If movies are to be believed, then small Southern towns are backwards nightmarish places and anyone with any common sense would flee them the first time they earn enough money for a bus ticket. The towns are always full to the brim with racists and technophobic football worshippers who all wield guns and are willing to shoot at anything that moves near their trucks. Someone in the South should really complain about this. Straw Dogs does nothing but help fuel this stereotype by adding huge levels of violence to the equation. I left the film with the same feeling that I’d have if Quentin Tarantino wrote Sweet Home Alabama.
The plot of Straw Dogs is really hard to follow since all of the character motivations are extremely difficult to understand. David Sumner (James Marsden, Superman Returns) and his hot actress wife Amy (Kate Bosworth, also in Superman Returns) move back to her tiny Southern hometown. It’s implied that it was Marsden’s idea and that Bosworth really doesn’t like being there, especially after her creepy ex-boyfriend Charlie (Alexander Skarsgard, True Blood) shows up. Marsden hires the creepy boyfriend to repair their ruined barn, even though his wife is uncomfortable with him, then Skarsgard and his buddies leer creepily at her. The plot degrades into this thing where Bosworth is trying to deal with the creepy ex while Marsden is adjusting to creepy small town life.
There’s a subplot about an older football coach, played by James Woods, not liking the town’s special needs person around his daughter, who may or may not be a convicted pedophile.

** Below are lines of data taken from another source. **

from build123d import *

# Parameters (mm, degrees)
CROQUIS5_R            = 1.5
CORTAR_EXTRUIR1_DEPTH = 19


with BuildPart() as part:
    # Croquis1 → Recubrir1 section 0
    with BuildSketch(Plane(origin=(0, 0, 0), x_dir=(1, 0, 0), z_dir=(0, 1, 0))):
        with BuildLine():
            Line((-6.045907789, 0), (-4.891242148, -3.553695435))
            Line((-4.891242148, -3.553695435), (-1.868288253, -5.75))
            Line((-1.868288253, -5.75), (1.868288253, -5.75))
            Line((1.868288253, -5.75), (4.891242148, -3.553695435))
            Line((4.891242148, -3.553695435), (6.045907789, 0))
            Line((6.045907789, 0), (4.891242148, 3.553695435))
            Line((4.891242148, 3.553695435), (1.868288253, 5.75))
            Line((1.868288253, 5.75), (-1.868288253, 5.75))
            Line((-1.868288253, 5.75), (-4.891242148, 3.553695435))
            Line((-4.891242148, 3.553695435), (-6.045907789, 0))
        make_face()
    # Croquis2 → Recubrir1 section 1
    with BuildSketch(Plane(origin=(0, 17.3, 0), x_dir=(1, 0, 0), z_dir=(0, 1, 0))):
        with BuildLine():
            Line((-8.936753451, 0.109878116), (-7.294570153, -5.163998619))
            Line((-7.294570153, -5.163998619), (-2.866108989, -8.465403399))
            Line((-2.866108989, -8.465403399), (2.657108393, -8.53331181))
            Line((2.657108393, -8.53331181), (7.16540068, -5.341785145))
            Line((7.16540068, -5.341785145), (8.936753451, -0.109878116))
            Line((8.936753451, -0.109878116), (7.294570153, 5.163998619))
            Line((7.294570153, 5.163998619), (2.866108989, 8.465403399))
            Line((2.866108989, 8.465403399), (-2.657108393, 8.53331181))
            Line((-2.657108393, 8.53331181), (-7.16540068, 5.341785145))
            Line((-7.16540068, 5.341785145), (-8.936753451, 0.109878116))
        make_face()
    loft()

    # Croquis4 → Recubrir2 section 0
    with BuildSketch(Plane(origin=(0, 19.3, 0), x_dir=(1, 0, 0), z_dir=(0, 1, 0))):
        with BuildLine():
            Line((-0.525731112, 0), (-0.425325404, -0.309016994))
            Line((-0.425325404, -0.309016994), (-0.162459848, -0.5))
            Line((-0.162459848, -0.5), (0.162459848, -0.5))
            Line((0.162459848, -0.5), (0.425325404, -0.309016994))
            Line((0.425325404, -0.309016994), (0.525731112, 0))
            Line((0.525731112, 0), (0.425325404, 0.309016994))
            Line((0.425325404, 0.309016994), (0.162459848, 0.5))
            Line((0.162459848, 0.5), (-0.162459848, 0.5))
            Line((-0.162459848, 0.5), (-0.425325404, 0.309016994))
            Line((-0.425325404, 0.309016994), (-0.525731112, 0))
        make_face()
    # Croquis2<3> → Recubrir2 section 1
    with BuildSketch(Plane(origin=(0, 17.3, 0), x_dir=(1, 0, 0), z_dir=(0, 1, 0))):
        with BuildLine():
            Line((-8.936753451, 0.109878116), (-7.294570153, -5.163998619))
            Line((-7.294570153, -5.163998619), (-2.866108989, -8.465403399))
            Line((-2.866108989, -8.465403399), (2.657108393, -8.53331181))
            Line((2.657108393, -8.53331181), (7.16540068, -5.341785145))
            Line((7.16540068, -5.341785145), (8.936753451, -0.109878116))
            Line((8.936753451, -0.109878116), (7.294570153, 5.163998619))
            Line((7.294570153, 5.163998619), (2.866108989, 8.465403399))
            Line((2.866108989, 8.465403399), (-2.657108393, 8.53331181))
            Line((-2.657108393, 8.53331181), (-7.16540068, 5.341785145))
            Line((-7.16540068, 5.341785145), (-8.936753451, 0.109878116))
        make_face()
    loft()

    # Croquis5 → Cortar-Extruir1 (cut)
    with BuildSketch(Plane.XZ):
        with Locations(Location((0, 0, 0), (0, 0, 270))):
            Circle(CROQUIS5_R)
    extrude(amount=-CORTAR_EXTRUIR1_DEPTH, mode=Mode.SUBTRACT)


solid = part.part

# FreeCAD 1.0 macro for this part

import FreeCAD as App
import Part
import Sketcher
from FreeCAD import Vector
Q = App.Units.Quantity

doc = App.newDocument("Part")
body = doc.addObject("PartDesign::Body", "Body")

sketch1 = doc.addObject("Sketcher::SketchObject", "Sketch")
body.addObject(sketch1)
sketch1.AttachmentSupport = (doc.XZ_Plane, [""])
sketch1.MapMode = "FlatFace"
sketch1.addGeometry(Part.LineSegment(Vector(-6, 0, 0), Vector(-4.9, 3.6, 0)), False)
sketch1.addGeometry(Part.LineSegment(Vector(-4.9, 3.6, 0), Vector(-1.9, 5.8, 0)), False)
sketch1.addGeometry(Part.LineSegment(Vector(-1.9, 5.8, 0), Vector(1.9, 5.8, 0)), False)
sketch1.addGeometry(Part.LineSegment(Vector(1.9, 5.8, 0), Vector(4.9, 3.6, 0)), False)
sketch1.addGeometry(Part.LineSegment(Vector(4.9, 3.6, 0), Vector(6, 0, 0)), False)
sketch1.addGeometry(Part.LineSegment(Vector(6, 0, 0), Vector(4.9, -3.6, 0)), False)
sketch1.addGeometry(Part.LineSegment(Vector(4.9, -3.6, 0), Vector(1.9, -5.8, 0)), False)
sketch1.addGeometry(Part.LineSegment(Vector(1.9, -5.8, 0), Vector(-1.9, -5.8, 0)), False)
sketch1.addGeometry(Part.LineSegment(Vector(-1.9, -5.8, 0), Vector(-4.9, -3.6, 0)), False)
sketch1.addGeometry(Part.LineSegment(Vector(-4.9, -3.6, 0), Vector(-6, 0, 0)), False)
sketch1.addConstraint(Sketcher.Constraint("Coincident", 0, 2, 1, 1))
sketch1.addConstraint(Sketcher.Constraint("Coincident", 1, 2, 2, 1))
sketch1.addConstraint(Sketcher.Constraint("Coincident", 2, 2, 3, 1))
sketch1.addConstraint(Sketcher.Constraint("Coincident", 3, 2, 4, 1))
sketch1.addConstraint(Sketcher.Constraint("Coincident", 4, 2, 5, 1))
sketch1.addConstraint(Sketcher.Constraint("Coincident", 5, 2, 6, 1))
sketch1.addConstraint(Sketcher.Constraint("Coincident", 6, 2, 7, 1))
sketch1.addConstraint(Sketcher.Constraint("Coincident", 7, 2, 8, 1))
sketch1.addConstraint(Sketcher.Constraint("Coincident", 8, 2, 9, 1))
sketch1.addConstraint(Sketcher.Constraint("Coincident", 9, 2, 0, 1))
sketch1.addConstraint(Sketcher.Constraint("Horizontal", 2))
sketch1.addConstraint(Sketcher.Constraint("Horizontal", 7))
sketch1.addConstraint(Sketcher.Constraint("Symmetric", 0, 2, 5, 2, -1, 1))
sketch1.addConstraint(Sketcher.Constraint("Symmetric", 1, 2, 6, 2, -1, 1))
sketch1.addConstraint(Sketcher.Constraint("Symmetric", 3, 2, 8, 2, -1, 1))
sketch1.addConstraint(Sketcher.Constraint("Symmetric", 4, 2, 9, 2, -1, 1))
sketch1.addConstraint(Sketcher.Constraint("Symmetric", 0, 2, 3, 2, -2))
sketch1.addConstraint(Sketcher.Constraint("PointOnObject", 4, 2, -1))
sketch1.addConstraint(Sketcher.Constraint("Parallel", 3, 8))
sketch1.addConstraint(Sketcher.Constraint("Vertical", 2, 2, 6, 2))
sketch1.addConstraint(Sketcher.Constraint("Equal", 0, 1))
sketch1.addConstraint(Sketcher.Constraint("Angle", 0, Q("72 deg")))
sketch1.addConstraint(Sketcher.Constraint("Angle", 1, Q("36 deg")))
sketch1.addConstraint(Sketcher.Constraint("DistanceY", 6, 2, 2, 2, Q("11.5 mm")))
sketch1.addConstraint(Sketcher.Constraint("DistanceX", 2, 1, 2, 2, Q("3.736577 mm")))

sketch2 = doc.addObject("Sketcher::SketchObject", "Sketch001")
body.addObject(sketch2)
sketch2.AttachmentSupport = (doc.XZ_Plane, [""])
sketch2.MapMode = "FlatFace"
sketch2.AttachmentOffset = App.Placement(Vector(0, 0, -17.3), App.Rotation())
sketch2.addGeometry(Part.LineSegment(Vector(-9, 0, 0), Vector(-7, 5, 0)), False)
sketch2.addGeometry(Part.LineSegment(Vector(-7, 5, 0), Vector(-3, 8, 0)), False)
sketch2.addGeometry(Part.LineSegment(Vector(-3, 8, 0), Vector(3, 9, 0)), False)
sketch2.addGeometry(Part.LineSegment(Vector(3, 9, 0), Vector(7, 5, 0)), False)
sketch2.addGeometry(Part.LineSegment(Vector(7, 5, 0), Vector(9, 0, 0)), False)
sketch2.addGeometry(Part.LineSegment(Vector(9, 0, 0), Vector(7, -5, 0)), False)
sketch2.addGeometry(Part.LineSegment(Vector(7, -5, 0), Vector(3, -8, 0)), False)
sketch2.addGeometry(Part.LineSegment(Vector(3, -8, 0), Vector(-3, -9, 0)), False)
sketch2.addGeometry(Part.LineSegment(Vector(-3, -9, 0), Vector(-7, -5, 0)), False)
sketch2.addGeometry(Part.LineSegment(Vector(-7, -5, 0), Vector(-9, 0, 0)), False)
sketch2.addConstraint(Sketcher.Constraint("Coincident", 0, 2, 1, 1))
sketch2.addConstraint(Sketcher.Constraint("Coincident", 1, 2, 2, 1))
sketch2.addConstraint(Sketcher.Constraint("Coincident", 2, 2, 3, 1))
sketch2.addConstraint(Sketcher.Constraint("Coincident", 3, 2, 4, 1))
sketch2.addConstraint(Sketcher.Constraint("Coincident", 4, 2, 5, 1))
sketch2.addConstraint(Sketcher.Constraint("Coincident", 5, 2, 6, 1))
sketch2.addConstraint(Sketcher.Constraint("Coincident", 6, 2, 7, 1))
sketch2.addConstraint(Sketcher.Constraint("Coincident", 7, 2, 8, 1))
sketch2.addConstraint(Sketcher.Constraint("Coincident", 8, 2, 9, 1))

The plotlines literally collide when Marsden and Bosworth have to protect the special guy from Skarsgard and his buddies while they lay siege to their house.
The plot is so flimsy because none of the characters’ motivations make any sense. Despite how uncomfortable Skarsgard makes Bosworth, even gruesomely raping her at one point, the married couple still doesn’t leave. Woods’s daughter is forbidden to talk to the disabled guy, who seems a lot like Boo Radley from To Kill A Mockingbird, but she is actually the one to lure him into a sexual encounter. Basically all the townsfolk are psychotic and the couple can’t communicate in any coherent manner. It makes the film a confusing mess of strange emotion and incoherent awkward dialogue.
The last half hour of the film seems to be the only thing that makes any sense. Essentially, the married couple’s house is under siege and Marsden systematically kills five men. The whole film turns from weird drama to intense action film, with increasingly clever ways to kill people. It’s interesting, but it’s still not clear why they are fighting in the first place. The whole film is just an incoherent mess and generally a waste of time.
Straw Dogs is rated R for extreme violence, an unnecessarily detailed rape scene and language.